The lines from the start of the data up to and including the one with "#4=PRODUCT_DEFINITION_FORMATION('','',#3);" should be returned exactly, and nothing else.

---------- Record excerpts

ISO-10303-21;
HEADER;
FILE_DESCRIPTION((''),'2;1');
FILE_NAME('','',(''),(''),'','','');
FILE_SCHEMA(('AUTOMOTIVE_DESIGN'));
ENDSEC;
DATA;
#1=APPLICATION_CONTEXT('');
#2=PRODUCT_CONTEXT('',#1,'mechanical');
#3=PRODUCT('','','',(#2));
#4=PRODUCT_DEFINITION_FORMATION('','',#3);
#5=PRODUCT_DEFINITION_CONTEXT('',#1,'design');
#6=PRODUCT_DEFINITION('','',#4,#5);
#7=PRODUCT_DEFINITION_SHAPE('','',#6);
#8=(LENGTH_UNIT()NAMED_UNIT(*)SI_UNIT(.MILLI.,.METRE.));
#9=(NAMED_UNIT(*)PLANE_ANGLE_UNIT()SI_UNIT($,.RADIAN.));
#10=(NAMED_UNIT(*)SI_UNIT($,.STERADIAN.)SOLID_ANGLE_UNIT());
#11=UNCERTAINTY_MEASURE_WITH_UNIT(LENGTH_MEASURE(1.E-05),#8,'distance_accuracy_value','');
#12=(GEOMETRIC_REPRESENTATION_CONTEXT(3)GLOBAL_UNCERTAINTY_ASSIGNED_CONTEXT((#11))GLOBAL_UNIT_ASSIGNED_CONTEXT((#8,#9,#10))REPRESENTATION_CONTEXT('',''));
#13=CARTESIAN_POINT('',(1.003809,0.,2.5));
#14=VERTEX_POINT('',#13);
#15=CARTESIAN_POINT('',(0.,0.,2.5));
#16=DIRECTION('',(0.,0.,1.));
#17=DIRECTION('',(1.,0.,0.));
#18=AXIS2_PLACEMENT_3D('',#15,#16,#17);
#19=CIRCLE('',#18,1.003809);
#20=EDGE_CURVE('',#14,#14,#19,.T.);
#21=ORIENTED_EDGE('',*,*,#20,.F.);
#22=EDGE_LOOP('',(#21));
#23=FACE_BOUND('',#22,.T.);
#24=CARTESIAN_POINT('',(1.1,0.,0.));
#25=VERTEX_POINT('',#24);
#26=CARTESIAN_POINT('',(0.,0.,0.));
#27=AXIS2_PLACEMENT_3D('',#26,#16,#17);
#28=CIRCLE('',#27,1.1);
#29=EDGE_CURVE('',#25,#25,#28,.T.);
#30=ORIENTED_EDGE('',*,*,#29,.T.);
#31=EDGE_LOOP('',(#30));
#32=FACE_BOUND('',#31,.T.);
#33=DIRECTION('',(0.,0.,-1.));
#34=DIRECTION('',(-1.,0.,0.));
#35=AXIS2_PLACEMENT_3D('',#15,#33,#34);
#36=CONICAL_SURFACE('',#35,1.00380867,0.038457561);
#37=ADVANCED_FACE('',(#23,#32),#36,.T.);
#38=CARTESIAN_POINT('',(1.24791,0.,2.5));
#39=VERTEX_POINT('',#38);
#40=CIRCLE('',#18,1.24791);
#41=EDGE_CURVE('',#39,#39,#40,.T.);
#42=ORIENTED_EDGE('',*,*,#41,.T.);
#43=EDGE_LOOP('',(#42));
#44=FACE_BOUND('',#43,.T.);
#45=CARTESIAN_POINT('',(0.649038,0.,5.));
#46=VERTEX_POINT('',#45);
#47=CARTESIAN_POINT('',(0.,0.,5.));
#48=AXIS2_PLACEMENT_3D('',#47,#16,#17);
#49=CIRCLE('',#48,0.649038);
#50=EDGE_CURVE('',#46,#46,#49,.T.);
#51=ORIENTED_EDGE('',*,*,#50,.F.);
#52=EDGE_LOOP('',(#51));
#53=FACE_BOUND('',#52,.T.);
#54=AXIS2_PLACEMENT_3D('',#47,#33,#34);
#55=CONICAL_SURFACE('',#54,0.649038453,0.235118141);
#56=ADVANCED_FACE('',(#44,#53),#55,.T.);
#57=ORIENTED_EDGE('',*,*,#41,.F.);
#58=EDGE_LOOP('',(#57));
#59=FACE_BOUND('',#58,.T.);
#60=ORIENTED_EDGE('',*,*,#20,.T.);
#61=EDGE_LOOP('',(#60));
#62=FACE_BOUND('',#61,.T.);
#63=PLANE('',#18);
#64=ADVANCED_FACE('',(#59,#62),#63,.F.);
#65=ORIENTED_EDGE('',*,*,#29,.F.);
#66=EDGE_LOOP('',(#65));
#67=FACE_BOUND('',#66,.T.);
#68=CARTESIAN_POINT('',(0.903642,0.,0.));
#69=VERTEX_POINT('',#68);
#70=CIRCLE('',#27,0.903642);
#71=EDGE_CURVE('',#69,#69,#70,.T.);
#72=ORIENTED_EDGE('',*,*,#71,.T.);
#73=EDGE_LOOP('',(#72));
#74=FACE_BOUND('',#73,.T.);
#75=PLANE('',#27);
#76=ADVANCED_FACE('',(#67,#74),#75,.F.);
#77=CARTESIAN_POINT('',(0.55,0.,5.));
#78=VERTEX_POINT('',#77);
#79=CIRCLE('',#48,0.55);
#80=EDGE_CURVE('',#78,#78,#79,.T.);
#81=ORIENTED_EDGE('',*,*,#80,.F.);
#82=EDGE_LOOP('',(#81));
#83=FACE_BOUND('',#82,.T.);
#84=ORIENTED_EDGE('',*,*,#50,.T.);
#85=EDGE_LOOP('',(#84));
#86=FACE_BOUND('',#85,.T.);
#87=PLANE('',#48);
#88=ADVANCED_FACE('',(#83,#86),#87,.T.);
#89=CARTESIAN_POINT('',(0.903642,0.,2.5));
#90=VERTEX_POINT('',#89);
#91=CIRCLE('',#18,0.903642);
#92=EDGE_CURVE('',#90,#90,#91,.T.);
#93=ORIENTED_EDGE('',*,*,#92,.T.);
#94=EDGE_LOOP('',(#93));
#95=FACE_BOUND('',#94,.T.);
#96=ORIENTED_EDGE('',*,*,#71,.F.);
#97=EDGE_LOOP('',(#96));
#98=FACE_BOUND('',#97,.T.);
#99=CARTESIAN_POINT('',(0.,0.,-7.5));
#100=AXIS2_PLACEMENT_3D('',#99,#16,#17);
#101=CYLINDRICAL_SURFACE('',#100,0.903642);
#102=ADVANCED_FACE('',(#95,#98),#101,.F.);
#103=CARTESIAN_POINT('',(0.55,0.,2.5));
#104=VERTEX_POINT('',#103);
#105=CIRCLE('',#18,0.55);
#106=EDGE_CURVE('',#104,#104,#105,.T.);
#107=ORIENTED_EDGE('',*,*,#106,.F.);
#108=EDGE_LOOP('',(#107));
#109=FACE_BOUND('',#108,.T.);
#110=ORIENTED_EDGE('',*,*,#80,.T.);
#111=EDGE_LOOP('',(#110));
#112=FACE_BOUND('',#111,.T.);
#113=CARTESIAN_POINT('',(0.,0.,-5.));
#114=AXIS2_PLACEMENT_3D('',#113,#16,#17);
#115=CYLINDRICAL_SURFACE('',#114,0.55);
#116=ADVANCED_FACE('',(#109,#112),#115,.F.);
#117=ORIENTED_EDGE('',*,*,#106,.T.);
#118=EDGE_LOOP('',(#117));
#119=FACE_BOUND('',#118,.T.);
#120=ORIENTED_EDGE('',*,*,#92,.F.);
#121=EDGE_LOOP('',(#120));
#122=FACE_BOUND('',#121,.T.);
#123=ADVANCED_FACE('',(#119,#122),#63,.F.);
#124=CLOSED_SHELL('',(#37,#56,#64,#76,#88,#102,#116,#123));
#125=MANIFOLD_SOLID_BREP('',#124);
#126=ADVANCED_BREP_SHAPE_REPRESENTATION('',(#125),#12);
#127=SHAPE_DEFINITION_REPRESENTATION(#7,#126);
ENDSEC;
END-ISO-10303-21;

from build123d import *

# Parameters (mm, degrees)
SKETCH1_R          = 1.1
SKETCH2_R          = 1.00380867
SKETCH3_R          = 0.903642253
CUT_EXTRUDE1_DEPTH = 10
SKETCH4_R          = 1.247910004
SKETCH5_R          = 0.649038453
SKETCH6_R          = 0.55
CUT_EXTRUDE2_DEPTH = 10


with BuildPart() as part:
    # Sketch1 → Loft1 section 0
    with BuildSketch(Plane.XY):
        Circle(SKETCH1_R)
    # Sketch2 → Loft1 section 1
    with BuildSketch(Plane.XY.offset(2.5)):
        Circle(SKETCH2_R)
    loft()

    # Sketch3 → Cut-Extrude1 (cut)
    with BuildSketch(Plane.XY.offset(2.5)):
        Circle(SKETCH3_R)
    extrude(amount=-CUT_EXTRUDE1_DEPTH, mode=Mode.SUBTRACT)

    # Sketch4 → Loft2 section 0
    with BuildSketch(Plane.XY.offset(2.5)):
        Circle(SKETCH4_R)
    # Sketch5 → Loft2 section 1
    with BuildSketch(Plane.XY.offset(5)):
        Circle(SKETCH5_R)
    loft()

    # Sketch6 → Cut-Extrude2 (cut)
    with BuildSketch(Plane.XY.offset(5)):
        Circle(SKETCH6_R)
    extrude(amount=-CUT_EXTRUDE2_DEPTH, mode=Mode.SUBTRACT)


solid = part.part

--------------------

# Response area
ISO-10303-21;
HEADER;
FILE_DESCRIPTION((''),'2;1');
FILE_NAME('','',(''),(''),'','','');
FILE_SCHEMA(('AUTOMOTIVE_DESIGN'));
ENDSEC;
DATA;
#1=APPLICATION_CONTEXT('');
#2=PRODUCT_CONTEXT('',#1,'mechanical');
#3=PRODUCT('','','',(#2));
#4=PRODUCT_DEFINITION_FORMATION('','',#3);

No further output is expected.